Once you find the line with "v 35.807 2.286 -11.8" in the entries below, return exactly every line from it through the line with "v -78.657 2.286 -12.516".

[Records from a data collection]
┄┄┄┄┄┄┄┄┄┄
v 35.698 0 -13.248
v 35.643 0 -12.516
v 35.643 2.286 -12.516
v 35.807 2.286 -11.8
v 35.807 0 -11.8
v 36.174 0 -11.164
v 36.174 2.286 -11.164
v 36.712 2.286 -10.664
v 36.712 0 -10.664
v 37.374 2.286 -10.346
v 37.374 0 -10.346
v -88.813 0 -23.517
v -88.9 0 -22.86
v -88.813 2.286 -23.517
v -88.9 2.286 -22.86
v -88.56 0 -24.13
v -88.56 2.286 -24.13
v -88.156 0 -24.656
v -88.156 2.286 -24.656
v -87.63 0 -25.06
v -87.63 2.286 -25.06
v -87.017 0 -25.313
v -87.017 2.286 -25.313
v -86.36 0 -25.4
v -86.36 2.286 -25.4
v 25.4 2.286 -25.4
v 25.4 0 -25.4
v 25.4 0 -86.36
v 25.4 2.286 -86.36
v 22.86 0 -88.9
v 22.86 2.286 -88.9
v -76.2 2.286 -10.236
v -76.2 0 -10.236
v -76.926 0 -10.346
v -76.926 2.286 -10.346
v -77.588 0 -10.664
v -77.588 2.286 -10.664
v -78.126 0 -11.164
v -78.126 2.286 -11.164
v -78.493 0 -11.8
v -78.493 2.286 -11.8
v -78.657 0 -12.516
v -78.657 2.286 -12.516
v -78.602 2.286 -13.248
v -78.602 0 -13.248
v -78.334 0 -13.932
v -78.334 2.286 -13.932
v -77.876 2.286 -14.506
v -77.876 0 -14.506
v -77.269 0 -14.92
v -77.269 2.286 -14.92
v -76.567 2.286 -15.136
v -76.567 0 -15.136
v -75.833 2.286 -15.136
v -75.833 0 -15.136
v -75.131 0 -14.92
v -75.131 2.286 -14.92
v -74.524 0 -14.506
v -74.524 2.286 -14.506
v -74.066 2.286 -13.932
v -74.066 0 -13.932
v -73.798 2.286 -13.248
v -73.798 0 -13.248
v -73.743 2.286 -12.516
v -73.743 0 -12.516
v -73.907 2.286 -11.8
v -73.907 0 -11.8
┄┄┄┄┄┄┄┄┄┄
Answer:
v 35.807 2.286 -11.8
v 35.807 0 -11.8
v 36.174 0 -11.164
v 36.174 2.286 -11.164
v 36.712 2.286 -10.664
v 36.712 0 -10.664
v 37.374 2.286 -10.346
v 37.374 0 -10.346
v -88.813 0 -23.517
v -88.9 0 -22.86
v -88.813 2.286 -23.517
v -88.9 2.286 -22.86
v -88.56 0 -24.13
v -88.56 2.286 -24.13
v -88.156 0 -24.656
v -88.156 2.286 -24.656
v -87.63 0 -25.06
v -87.63 2.286 -25.06
v -87.017 0 -25.313
v -87.017 2.286 -25.313
v -86.36 0 -25.4
v -86.36 2.286 -25.4
v 25.4 2.286 -25.4
v 25.4 0 -25.4
v 25.4 0 -86.36
v 25.4 2.286 -86.36
v 22.86 0 -88.9
v 22.86 2.286 -88.9
v -76.2 2.286 -10.236
v -76.2 0 -10.236
v -76.926 0 -10.346
v -76.926 2.286 -10.346
v -77.588 0 -10.664
v -77.588 2.286 -10.664
v -78.126 0 -11.164
v -78.126 2.286 -11.164
v -78.493 0 -11.8
v -78.493 2.286 -11.8
v -78.657 0 -12.516
v -78.657 2.286 -12.516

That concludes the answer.